- [About this task]
Nothing outside the range is wanted. Repeat exactly the lines below from the one with "# Parameters (mm, degrees)" through the one with "The same part".

[Saved entries]
^^^^

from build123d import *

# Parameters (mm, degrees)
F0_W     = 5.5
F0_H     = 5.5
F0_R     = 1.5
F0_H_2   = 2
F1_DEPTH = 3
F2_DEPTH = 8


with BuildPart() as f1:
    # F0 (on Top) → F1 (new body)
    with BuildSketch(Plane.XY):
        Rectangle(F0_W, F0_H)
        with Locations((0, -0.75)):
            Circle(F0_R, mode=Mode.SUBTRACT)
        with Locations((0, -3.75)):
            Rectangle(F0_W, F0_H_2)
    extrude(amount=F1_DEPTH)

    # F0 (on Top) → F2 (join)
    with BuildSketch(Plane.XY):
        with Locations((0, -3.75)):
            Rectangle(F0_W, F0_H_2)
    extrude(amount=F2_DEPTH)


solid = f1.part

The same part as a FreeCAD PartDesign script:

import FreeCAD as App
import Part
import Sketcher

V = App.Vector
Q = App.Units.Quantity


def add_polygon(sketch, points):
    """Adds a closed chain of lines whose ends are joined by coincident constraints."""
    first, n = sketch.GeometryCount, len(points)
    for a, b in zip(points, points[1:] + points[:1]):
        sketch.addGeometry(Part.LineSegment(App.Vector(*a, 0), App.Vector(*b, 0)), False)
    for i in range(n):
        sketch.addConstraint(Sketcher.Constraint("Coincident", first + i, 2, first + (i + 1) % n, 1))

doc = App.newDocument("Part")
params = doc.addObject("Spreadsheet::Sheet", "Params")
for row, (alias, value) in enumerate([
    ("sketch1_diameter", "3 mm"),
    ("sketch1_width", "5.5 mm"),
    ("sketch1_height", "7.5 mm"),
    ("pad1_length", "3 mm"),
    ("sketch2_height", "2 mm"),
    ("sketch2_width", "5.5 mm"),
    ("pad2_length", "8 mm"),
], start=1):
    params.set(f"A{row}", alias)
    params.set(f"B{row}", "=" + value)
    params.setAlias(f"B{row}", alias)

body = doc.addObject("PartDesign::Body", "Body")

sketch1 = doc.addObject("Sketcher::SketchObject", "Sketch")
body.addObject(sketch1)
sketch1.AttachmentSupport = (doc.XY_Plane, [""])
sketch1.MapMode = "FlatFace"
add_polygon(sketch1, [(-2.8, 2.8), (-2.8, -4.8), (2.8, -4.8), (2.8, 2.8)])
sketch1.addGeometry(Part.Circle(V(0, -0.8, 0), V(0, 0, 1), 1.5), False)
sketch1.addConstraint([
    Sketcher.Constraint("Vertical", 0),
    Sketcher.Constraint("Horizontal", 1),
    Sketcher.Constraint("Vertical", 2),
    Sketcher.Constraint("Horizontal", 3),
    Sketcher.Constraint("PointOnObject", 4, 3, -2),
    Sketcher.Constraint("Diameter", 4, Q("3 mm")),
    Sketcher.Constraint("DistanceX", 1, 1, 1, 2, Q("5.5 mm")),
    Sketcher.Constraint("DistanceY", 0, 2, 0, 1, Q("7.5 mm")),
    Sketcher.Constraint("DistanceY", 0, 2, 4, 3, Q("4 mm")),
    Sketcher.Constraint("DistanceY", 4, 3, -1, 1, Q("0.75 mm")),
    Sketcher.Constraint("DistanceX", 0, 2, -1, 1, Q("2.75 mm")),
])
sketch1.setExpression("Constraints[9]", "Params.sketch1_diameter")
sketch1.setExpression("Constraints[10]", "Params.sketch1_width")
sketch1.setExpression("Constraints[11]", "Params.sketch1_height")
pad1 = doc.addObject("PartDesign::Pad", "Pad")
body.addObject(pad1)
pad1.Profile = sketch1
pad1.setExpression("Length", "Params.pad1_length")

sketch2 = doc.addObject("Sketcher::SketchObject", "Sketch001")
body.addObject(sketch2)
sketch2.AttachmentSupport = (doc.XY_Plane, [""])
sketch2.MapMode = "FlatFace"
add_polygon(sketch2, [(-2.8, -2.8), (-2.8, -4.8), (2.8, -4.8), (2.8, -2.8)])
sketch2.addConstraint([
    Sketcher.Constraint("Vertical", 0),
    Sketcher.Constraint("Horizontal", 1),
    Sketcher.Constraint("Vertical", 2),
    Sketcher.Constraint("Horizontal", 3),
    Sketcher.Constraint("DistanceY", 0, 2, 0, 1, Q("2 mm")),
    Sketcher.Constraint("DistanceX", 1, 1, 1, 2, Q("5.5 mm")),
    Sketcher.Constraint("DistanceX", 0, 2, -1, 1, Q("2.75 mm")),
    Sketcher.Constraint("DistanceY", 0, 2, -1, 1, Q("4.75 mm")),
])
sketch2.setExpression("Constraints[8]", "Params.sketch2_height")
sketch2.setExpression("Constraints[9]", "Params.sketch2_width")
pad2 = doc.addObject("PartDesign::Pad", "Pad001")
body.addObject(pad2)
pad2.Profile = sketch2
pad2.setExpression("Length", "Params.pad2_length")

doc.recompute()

^^^^

- [Task result]
# Parameters (mm, degrees)
F0_W     = 5.5
F0_H     = 5.5
F0_R     = 1.5
F0_H_2   = 2
F1_DEPTH = 3
F2_DEPTH = 8


with BuildPart() as f1:
    # F0 (on Top) → F1 (new body)
    with BuildSketch(Plane.XY):
        Rectangle(F0_W, F0_H)
        with Locations((0, -0.75)):
            Circle(F0_R, mode=Mode.SUBTRACT)
        with Locations((0, -3.75)):
            Rectangle(F0_W, F0_H_2)
    extrude(amount=F1_DEPTH)

    # F0 (on Top) → F2 (join)
    with BuildSketch(Plane.XY):
        with Locations((0, -3.75)):
            Rectangle(F0_W, F0_H_2)
    extrude(amount=F2_DEPTH)


solid = f1.part

The same part as a FreeCAD PartDesign script:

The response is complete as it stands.